Am 27. Februar 2023 – am 80. Jahrestag – luden der Initiativkreis und die Ständige Konferenz der NS-Gedenkorte im Berliner Raum zum Gedenken an die »Fabrik-Aktion« und den Protest in der Rosenstraße ein.
Über 200 Gäste nahmen an der Gedenkzeremonie teil, die in der Großen Hamburger Straße in Berlin-Mitte begann. Kantor Simon Zkorenblut und Rabbiner Yitzhak Ehrenberg, beide von der Jüdischen Gemeinde zu Berlin, leiteten das Gedenken mit einem El Male Rachamin und einem Kaddisch ein.

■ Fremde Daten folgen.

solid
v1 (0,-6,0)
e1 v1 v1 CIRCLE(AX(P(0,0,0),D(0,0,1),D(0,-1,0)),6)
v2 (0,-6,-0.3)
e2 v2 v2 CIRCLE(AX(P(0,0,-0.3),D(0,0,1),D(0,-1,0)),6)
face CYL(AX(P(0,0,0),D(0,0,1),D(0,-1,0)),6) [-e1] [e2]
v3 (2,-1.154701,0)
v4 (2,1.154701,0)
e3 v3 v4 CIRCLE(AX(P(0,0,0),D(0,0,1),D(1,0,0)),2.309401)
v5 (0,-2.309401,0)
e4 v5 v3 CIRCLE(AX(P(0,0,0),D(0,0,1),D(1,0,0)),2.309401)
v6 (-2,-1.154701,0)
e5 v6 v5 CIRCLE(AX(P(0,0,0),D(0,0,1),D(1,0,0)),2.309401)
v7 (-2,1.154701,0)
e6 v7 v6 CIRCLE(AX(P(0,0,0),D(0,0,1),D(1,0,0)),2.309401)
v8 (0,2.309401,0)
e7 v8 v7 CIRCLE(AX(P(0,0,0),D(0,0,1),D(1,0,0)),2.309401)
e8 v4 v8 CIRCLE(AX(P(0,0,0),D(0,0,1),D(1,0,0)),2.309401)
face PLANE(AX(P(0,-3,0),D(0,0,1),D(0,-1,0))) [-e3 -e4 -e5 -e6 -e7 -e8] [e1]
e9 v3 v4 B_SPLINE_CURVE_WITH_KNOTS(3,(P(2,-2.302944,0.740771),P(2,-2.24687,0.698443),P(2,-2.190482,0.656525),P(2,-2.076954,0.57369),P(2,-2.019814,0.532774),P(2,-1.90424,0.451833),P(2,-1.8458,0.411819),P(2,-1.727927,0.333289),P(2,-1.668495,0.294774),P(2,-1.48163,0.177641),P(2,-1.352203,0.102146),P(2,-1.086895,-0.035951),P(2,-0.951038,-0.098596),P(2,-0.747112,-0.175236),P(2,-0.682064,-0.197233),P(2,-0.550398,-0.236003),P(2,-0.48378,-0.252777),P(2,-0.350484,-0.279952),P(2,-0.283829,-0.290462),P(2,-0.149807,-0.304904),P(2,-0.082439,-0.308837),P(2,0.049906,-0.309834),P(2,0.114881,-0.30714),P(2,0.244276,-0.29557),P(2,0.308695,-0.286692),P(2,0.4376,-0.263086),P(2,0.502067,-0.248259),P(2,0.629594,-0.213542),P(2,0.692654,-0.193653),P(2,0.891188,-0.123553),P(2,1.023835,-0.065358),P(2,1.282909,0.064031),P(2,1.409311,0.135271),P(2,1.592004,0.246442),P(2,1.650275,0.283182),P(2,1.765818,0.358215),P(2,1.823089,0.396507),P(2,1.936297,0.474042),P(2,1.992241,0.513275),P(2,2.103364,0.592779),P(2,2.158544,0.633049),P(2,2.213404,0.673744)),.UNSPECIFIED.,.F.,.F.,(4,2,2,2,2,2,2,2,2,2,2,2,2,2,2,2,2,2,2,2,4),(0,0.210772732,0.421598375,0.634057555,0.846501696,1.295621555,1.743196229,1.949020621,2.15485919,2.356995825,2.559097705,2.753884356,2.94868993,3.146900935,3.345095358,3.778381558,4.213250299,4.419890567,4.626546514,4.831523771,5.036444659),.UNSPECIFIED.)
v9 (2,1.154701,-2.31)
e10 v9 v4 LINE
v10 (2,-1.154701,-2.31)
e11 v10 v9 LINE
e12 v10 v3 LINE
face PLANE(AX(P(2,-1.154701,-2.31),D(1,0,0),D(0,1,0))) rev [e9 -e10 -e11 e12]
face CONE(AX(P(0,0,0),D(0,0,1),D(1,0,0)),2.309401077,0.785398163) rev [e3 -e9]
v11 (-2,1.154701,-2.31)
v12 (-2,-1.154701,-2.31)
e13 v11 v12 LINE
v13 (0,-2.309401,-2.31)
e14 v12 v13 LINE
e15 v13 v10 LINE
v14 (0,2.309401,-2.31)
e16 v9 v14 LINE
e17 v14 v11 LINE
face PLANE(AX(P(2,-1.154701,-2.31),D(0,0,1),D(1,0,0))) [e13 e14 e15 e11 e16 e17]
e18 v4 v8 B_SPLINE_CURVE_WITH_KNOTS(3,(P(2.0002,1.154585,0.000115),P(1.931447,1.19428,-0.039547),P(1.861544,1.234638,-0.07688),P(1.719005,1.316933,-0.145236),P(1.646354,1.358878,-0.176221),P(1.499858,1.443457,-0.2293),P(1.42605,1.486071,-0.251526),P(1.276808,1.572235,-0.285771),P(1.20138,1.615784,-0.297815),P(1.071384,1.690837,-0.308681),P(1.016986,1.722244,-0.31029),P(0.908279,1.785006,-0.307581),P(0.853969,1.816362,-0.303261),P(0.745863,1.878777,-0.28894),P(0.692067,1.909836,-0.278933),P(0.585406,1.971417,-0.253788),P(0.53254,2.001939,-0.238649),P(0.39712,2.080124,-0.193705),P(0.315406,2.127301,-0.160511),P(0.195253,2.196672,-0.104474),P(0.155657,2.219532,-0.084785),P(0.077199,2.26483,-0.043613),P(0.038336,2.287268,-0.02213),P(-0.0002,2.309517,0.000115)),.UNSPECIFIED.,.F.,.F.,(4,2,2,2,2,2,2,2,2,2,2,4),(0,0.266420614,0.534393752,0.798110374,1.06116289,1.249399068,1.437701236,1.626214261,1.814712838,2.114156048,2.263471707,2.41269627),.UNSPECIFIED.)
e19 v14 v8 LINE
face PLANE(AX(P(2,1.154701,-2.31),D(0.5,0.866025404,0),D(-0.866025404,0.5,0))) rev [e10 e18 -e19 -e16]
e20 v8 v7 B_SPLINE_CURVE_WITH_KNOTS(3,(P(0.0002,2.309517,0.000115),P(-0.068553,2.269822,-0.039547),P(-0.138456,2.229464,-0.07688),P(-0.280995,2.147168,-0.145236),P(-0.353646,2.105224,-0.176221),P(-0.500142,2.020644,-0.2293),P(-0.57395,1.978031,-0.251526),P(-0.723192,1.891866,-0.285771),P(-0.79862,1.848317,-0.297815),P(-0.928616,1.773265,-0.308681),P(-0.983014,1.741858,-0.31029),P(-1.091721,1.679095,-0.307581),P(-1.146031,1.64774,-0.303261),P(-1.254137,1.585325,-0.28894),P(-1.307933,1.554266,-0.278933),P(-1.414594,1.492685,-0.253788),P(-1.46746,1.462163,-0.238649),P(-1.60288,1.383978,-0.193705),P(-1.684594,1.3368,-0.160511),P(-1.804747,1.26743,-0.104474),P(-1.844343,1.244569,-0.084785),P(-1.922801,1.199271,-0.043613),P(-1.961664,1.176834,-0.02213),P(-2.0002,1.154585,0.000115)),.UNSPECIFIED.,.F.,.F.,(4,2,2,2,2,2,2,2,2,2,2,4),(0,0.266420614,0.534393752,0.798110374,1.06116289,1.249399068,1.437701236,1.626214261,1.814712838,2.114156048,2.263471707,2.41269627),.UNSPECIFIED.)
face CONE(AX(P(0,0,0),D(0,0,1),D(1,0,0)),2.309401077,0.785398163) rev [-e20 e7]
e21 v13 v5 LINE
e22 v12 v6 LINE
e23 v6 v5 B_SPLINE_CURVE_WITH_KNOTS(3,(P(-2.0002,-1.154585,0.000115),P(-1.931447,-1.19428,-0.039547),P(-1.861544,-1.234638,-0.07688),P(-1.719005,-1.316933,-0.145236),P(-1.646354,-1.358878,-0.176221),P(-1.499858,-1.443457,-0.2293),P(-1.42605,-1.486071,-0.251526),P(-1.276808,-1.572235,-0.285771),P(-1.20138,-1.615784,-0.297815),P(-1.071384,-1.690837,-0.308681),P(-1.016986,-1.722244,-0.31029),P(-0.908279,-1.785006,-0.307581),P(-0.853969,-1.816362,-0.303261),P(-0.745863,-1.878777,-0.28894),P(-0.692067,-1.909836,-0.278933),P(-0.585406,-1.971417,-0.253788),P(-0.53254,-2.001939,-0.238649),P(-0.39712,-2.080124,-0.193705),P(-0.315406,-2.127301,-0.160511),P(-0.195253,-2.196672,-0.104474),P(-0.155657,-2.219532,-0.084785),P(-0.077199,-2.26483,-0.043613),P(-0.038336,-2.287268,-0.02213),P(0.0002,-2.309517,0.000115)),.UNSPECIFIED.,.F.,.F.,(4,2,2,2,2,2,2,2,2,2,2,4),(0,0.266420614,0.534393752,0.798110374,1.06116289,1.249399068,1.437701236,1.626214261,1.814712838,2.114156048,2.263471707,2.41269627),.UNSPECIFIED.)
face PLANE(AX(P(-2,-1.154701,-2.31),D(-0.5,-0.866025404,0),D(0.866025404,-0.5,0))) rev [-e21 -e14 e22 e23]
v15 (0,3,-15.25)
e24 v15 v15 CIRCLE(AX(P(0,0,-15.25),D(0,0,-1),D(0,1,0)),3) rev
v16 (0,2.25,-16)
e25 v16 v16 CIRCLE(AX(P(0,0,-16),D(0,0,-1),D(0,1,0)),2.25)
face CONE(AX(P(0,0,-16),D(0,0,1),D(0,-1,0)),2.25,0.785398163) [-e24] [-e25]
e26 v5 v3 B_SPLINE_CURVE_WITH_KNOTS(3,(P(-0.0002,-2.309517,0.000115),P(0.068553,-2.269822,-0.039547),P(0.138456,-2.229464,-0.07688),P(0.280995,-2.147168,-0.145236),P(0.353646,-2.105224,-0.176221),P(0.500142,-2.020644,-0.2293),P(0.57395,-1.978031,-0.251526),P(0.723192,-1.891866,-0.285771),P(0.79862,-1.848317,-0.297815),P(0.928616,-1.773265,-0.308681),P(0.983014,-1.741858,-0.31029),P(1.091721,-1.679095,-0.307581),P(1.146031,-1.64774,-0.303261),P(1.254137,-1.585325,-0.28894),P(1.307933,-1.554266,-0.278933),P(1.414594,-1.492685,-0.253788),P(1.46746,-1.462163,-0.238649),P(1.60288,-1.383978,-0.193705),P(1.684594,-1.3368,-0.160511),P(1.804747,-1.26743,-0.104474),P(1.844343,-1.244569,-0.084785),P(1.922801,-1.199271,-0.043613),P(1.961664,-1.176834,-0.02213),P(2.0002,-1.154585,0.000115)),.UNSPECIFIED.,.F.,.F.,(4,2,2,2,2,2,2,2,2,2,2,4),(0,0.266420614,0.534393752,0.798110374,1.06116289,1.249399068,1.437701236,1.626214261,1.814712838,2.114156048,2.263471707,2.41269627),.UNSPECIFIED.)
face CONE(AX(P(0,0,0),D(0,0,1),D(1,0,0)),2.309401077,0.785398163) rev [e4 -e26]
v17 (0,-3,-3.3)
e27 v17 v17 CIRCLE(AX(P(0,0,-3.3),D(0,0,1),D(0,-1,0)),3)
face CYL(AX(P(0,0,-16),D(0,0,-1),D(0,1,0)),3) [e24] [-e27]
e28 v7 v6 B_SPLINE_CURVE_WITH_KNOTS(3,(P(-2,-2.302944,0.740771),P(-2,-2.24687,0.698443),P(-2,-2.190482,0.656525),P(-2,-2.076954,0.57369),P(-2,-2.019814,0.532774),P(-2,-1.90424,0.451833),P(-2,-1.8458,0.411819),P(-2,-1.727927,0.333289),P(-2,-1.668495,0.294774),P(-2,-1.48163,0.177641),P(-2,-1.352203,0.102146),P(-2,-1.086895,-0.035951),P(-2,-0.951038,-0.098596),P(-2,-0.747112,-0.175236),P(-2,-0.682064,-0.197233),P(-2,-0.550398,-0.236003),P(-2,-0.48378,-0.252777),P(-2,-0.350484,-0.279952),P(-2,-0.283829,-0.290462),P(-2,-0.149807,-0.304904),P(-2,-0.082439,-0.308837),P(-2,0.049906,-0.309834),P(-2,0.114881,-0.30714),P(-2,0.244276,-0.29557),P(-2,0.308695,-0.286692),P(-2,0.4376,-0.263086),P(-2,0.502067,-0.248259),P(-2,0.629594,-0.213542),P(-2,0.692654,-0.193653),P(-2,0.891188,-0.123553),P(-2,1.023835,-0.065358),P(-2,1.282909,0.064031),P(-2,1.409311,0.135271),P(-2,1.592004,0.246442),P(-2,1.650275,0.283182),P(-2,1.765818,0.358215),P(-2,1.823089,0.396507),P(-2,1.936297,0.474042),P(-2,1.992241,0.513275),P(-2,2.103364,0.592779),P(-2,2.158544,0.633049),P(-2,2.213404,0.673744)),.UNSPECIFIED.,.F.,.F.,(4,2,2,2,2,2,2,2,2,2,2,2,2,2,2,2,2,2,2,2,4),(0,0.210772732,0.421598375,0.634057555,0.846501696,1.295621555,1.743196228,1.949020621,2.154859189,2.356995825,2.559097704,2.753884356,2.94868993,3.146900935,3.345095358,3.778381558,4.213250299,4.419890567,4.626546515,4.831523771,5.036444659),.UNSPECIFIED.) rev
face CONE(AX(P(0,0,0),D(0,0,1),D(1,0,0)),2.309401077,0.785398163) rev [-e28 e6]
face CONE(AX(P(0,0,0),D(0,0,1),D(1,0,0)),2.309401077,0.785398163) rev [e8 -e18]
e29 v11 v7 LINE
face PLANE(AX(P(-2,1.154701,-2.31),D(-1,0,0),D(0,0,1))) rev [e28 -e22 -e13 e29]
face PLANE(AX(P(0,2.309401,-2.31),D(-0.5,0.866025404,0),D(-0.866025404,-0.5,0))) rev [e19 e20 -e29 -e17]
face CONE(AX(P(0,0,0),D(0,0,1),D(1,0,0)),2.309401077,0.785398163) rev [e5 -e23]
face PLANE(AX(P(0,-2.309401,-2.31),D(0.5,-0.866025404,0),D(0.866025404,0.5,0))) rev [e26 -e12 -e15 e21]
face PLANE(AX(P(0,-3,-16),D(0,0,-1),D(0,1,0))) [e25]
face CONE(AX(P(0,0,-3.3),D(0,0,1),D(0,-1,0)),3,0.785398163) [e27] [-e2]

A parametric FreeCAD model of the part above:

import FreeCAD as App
import Part
import Sketcher
Q = App.Units.Quantity


def edges_at(feature, points):
    """Names of the edges that pass closest to the given points."""
    edges = feature.Shape.Edges
    near = lambda p: min(range(len(edges)), key=lambda i: edges[i].distToShape(Part.Vertex(*p))[0])
    return sorted({f"Edge{near(p) + 1}" for p in points})

doc = App.newDocument("Part")
body = doc.addObject("PartDesign::Body", "Body")

sketch1 = body.newObject("Sketcher::SketchObject", "Sketch")
sketch1.AttachmentSupport = (doc.getObject("YZ_Plane"), [""])
sketch1.MapMode = "FlatFace"
sketch1.addGeometry([
    Part.LineSegment(App.Vector(3, 0, 0), App.Vector(0, 0, 0)),
    Part.LineSegment(App.Vector(0, 0, 0), App.Vector(0, -16, 0)),
    Part.LineSegment(App.Vector(0, -16, 0), App.Vector(3, -16, 0)),
    Part.LineSegment(App.Vector(3, -16, 0), App.Vector(3, 0, 0)),
], False)
sketch1.addConstraint([
    Sketcher.Constraint("Coincident", 0, 2, 1, 1),
    Sketcher.Constraint("Coincident", 1, 2, 2, 1),
    Sketcher.Constraint("Coincident", 2, 2, 3, 1),
    Sketcher.Constraint("Coincident", 3, 2, 0, 1),
    Sketcher.Constraint("Horizontal", 0),
    Sketcher.Constraint("Vertical", 1),
    Sketcher.Constraint("Horizontal", 2),
    Sketcher.Constraint("Vertical", 3),
    Sketcher.Constraint("Coincident", 0, 2, -1, 1),
    Sketcher.Constraint("DistanceX", 0, 2, 0, 1, Q("3 mm")),
    Sketcher.Constraint("DistanceY", 1, 2, 1, 1, Q("16 mm")),
])
revolution = body.newObject("PartDesign::Revolution", "Revolution")
revolution.Profile = sketch1
revolution.ReferenceAxis = (sketch1, ["V_Axis"])
revolution.Angle = 360
doc.recompute()

chamfer = body.newObject("PartDesign::Chamfer", "Chamfer")
chamfer.Base = (revolution, edges_at(revolution, [(0, -3, -16)]))
chamfer.Size = 0.75

sketch2 = body.newObject("Sketcher::SketchObject", "Sketch001")
sketch2.AttachmentSupport = (doc.getObject("YZ_Plane"), [""])
sketch2.MapMode = "FlatFace"
sketch2.addGeometry([
    Part.LineSegment(App.Vector(6, -0.3, 0), App.Vector(6, 0, 0)),
    Part.LineSegment(App.Vector(6, 0, 0), App.Vector(0, 0, 0)),
    Part.LineSegment(App.Vector(0, 0, 0), App.Vector(0, -3.3, 0)),
    Part.LineSegment(App.Vector(0, -3.3, 0), App.Vector(3, -3.3, 0)),
    Part.LineSegment(App.Vector(3, -3.3, 0), App.Vector(6, -0.3, 0)),
], False)
sketch2.addConstraint([
    Sketcher.Constraint("Coincident", 0, 2, 1, 1),
    Sketcher.Constraint("Coincident", 1, 2, 2, 1),
    Sketcher.Constraint("Coincident", 2, 2, 3, 1),
    Sketcher.Constraint("Coincident", 3, 2, 4, 1),
    Sketcher.Constraint("Coincident", 4, 2, 0, 1),
    Sketcher.Constraint("Vertical", 0),
    Sketcher.Constraint("Horizontal", 1),
    Sketcher.Constraint("Vertical", 2),
    Sketcher.Constraint("Horizontal", 3),
    Sketcher.Constraint("Coincident", 1, 2, -1, 1),
    Sketcher.Constraint("DistanceX", 1, 2, 1, 1, Q("6 mm")),
    Sketcher.Constraint("DistanceX", 3, 1, 3, 2, Q("3 mm")),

Nach dem anschließenden Schweigemarsch zur Skulptur von Ingeborg Hunziger in der Rosenstraße hieß Prof. Dr. Johannes Tuchel, Mitglied der Ständigen Konferenz und Leiter der Gedenkstätte Deutscher Widerstand, die Teilnehmer/-innen willkommen. S. E. Prof. Ron Prosor, Botschafter des Staates Israel, erinnerte an seine eigene Familiengeschichte und die Flucht seiner Großeltern 1933 aus Berlin und würdigte den Mut der Frauen vor genau 80 Jahren. Die israelische Künsterlin Inbar Chotzen, Nachfahrin von Elsa Chotzen – die einst mit anderen Frauen die Freilassung ihrer jüdischen Männer und Söhne forderte – wünschte sich, »dass Sie meine Familie durch meine Kunst, durch meine Augen sehen können.«
Dr. Mosche Abraham Offenberg von der Israelischen Synagogen-Gemeinde (Adass Jisroel) zu Berlin – aus dessen Familie 11 Personen in der Shoah ermordet wurden – fand in seinem Merkwort wie immer sehr eindringliche Worte. »Rosenstraße war einzigartig. Es war eine Ausnahme. Die Frauen bewiesen, dass Widerstand möglich und sinnvoll war.«
Im Anschluss gab es einen trialogischen Austausch der Religionen, gemeinsam von Pfarrerin Marion Gardei, Kantorin Esther Hirsch und der islamischen Theologin Kübra Dalkilic vorgetragen: »Es ist wichtig Nein! zu Ungerechtigkeiten zu sagen. Es ist wichtig Nein! zu Menschenrechtsverletzungen zu sagen. Und den Worten, Taten folgen zu lassen. Genau dies haben die mutigen Menschen uns in der Rosenstraße gezeigt und haben damit großes bewirkt.«
Die Reden wurden von Kantorin Esther Hirsch und Rabbinerin Gesa Ederberg mit einem Gebetsgesang und einem Kaddisch umrahmt.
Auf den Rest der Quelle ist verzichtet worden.